Please transcribe exactly, and only, the lines of the data below between the line holding "f 256 214 215" and the line holding "f 267 224 225", inclusive.

** Opening SUPPLIED DATA block **

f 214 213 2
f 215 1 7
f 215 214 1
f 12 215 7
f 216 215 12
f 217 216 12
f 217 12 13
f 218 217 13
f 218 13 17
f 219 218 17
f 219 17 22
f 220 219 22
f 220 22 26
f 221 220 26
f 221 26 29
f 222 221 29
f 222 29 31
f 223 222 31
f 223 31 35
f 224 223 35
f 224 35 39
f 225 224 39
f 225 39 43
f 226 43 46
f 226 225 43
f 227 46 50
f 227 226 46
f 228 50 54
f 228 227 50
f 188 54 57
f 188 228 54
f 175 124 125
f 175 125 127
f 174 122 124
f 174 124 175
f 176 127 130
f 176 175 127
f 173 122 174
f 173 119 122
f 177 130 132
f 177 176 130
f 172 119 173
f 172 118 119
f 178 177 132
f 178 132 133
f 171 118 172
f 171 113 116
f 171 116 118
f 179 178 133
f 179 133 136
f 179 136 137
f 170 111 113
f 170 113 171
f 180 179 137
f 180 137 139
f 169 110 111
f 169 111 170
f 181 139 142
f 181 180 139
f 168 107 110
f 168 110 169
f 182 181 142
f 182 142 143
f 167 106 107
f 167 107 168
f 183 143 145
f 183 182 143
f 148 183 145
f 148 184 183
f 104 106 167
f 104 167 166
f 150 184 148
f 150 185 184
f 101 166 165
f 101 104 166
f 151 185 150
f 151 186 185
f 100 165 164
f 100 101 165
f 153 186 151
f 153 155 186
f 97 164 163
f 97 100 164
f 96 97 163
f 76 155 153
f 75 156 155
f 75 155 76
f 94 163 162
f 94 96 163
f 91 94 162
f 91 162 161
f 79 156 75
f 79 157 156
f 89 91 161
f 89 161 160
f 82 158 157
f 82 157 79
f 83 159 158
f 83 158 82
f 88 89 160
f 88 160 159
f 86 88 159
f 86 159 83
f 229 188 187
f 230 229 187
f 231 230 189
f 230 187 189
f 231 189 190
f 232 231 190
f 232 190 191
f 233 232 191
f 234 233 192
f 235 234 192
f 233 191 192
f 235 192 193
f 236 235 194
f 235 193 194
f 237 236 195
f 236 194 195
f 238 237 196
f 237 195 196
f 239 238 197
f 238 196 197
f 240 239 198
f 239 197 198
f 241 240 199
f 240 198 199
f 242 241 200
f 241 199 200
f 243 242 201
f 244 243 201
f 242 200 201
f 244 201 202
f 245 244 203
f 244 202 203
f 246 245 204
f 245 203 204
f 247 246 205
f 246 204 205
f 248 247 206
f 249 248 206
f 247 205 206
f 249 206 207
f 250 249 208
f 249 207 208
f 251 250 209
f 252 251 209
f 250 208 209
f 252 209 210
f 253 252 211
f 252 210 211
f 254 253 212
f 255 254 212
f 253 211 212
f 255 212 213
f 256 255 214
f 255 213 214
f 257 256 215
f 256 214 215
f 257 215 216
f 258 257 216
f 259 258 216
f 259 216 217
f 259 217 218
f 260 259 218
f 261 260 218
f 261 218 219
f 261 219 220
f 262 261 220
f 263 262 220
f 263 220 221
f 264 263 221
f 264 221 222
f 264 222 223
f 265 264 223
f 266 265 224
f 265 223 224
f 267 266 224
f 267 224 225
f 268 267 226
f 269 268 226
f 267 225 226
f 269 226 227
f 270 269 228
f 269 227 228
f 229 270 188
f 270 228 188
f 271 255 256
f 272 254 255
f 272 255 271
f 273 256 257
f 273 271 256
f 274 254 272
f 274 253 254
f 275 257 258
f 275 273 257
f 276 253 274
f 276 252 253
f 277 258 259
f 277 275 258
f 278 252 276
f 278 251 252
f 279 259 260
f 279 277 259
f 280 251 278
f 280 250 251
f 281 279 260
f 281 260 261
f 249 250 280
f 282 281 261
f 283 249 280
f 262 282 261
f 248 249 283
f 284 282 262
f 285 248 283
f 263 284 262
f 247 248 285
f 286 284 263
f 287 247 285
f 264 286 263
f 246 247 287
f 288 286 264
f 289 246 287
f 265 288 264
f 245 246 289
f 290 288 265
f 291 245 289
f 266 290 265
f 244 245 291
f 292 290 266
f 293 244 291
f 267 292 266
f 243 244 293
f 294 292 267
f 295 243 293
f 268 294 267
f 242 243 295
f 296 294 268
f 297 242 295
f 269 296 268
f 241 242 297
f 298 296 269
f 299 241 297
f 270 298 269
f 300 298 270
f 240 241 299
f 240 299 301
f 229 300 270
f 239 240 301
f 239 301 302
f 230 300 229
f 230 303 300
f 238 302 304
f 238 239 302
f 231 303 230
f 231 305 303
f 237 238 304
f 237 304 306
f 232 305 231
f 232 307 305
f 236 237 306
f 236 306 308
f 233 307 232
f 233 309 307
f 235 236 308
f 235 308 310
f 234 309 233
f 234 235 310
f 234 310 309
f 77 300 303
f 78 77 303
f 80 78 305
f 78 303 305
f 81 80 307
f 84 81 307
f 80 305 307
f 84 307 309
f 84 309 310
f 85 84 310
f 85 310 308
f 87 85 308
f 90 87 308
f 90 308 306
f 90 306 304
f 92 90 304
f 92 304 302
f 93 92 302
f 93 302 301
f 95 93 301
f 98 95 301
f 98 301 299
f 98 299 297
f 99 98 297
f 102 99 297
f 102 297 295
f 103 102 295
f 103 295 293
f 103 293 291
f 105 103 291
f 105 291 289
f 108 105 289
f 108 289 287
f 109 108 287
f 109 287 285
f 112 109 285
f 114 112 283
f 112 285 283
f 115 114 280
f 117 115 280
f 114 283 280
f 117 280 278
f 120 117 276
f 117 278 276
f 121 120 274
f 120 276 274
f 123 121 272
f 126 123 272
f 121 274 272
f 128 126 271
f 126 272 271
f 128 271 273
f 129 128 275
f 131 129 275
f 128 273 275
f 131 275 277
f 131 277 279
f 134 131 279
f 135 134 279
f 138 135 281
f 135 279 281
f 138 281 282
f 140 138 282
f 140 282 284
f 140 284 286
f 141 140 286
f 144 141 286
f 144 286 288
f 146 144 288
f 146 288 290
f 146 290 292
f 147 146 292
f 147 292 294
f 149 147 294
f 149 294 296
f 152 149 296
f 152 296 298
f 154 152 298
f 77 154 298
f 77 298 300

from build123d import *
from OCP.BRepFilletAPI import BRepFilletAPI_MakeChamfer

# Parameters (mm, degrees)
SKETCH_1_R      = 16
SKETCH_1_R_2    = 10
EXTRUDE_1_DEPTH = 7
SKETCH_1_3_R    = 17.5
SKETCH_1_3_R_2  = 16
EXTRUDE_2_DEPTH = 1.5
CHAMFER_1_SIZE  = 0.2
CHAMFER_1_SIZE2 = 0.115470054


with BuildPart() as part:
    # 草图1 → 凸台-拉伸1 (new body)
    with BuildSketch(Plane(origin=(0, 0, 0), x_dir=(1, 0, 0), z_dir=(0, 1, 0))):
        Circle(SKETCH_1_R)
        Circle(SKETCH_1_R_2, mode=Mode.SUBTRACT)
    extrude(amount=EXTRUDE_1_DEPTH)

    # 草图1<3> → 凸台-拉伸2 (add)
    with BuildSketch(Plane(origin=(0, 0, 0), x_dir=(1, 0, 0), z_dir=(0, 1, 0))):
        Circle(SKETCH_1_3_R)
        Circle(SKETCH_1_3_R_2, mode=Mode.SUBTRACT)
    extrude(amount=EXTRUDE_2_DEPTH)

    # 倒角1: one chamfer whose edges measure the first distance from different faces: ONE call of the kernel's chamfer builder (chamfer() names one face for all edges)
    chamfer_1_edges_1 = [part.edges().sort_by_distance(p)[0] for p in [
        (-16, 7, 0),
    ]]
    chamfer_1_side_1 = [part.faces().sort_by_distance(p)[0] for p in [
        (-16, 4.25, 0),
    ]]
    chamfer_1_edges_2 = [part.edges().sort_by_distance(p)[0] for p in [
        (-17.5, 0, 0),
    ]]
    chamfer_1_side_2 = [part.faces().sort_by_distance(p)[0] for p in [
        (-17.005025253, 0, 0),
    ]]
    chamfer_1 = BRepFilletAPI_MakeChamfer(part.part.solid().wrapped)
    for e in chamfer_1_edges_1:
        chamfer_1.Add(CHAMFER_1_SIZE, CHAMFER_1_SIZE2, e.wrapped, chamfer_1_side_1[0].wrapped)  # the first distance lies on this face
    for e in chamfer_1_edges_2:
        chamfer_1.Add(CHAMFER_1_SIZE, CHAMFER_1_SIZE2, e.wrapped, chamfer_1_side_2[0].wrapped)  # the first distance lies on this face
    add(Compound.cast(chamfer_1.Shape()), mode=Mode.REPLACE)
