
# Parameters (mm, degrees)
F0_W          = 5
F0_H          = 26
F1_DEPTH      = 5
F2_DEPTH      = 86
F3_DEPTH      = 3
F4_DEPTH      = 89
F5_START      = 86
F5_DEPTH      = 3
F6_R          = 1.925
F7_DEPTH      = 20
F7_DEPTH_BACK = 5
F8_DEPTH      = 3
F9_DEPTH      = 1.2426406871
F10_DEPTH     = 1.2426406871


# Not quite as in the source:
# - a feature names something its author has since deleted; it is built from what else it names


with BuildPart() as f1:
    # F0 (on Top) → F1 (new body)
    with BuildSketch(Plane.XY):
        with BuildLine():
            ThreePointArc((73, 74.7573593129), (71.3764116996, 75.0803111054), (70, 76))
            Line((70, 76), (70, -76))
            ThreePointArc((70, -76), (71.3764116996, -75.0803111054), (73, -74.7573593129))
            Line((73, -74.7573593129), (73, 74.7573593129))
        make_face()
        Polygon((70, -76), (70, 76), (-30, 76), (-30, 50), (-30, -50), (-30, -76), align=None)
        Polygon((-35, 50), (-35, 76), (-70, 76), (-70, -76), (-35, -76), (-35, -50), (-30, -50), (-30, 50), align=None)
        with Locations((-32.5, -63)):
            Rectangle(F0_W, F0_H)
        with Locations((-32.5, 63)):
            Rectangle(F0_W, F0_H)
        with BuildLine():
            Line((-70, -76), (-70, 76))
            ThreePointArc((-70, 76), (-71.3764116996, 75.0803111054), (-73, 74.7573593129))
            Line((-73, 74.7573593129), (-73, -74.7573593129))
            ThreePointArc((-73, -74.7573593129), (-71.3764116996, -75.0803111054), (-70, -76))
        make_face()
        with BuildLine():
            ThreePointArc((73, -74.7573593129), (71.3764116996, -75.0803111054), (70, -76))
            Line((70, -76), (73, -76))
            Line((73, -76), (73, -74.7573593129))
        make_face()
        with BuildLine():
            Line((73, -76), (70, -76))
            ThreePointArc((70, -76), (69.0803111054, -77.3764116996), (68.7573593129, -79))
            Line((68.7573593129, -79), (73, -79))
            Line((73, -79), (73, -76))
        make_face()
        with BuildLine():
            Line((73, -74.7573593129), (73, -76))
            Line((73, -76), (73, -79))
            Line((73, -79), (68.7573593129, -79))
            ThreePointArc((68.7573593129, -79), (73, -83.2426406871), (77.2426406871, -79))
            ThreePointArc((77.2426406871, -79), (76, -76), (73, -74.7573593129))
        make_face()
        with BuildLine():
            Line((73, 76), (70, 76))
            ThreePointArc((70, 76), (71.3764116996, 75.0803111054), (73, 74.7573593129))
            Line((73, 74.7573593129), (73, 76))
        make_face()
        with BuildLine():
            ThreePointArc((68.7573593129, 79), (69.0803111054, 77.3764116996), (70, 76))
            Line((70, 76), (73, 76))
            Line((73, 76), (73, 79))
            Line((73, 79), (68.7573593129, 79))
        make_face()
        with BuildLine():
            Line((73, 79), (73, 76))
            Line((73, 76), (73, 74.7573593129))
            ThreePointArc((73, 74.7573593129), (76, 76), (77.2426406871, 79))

** Closing SUPPLIED DATA block **

*RESPONSE AREA*:
f 256 214 215
f 257 215 216
f 258 257 216
f 259 258 216
f 259 216 217
f 259 217 218
f 260 259 218
f 261 260 218
f 261 218 219
f 261 219 220
f 262 261 220
f 263 262 220
f 263 220 221
f 264 263 221
f 264 221 222
f 264 222 223
f 265 264 223
f 266 265 224
f 265 223 224
f 267 266 224
f 267 224 225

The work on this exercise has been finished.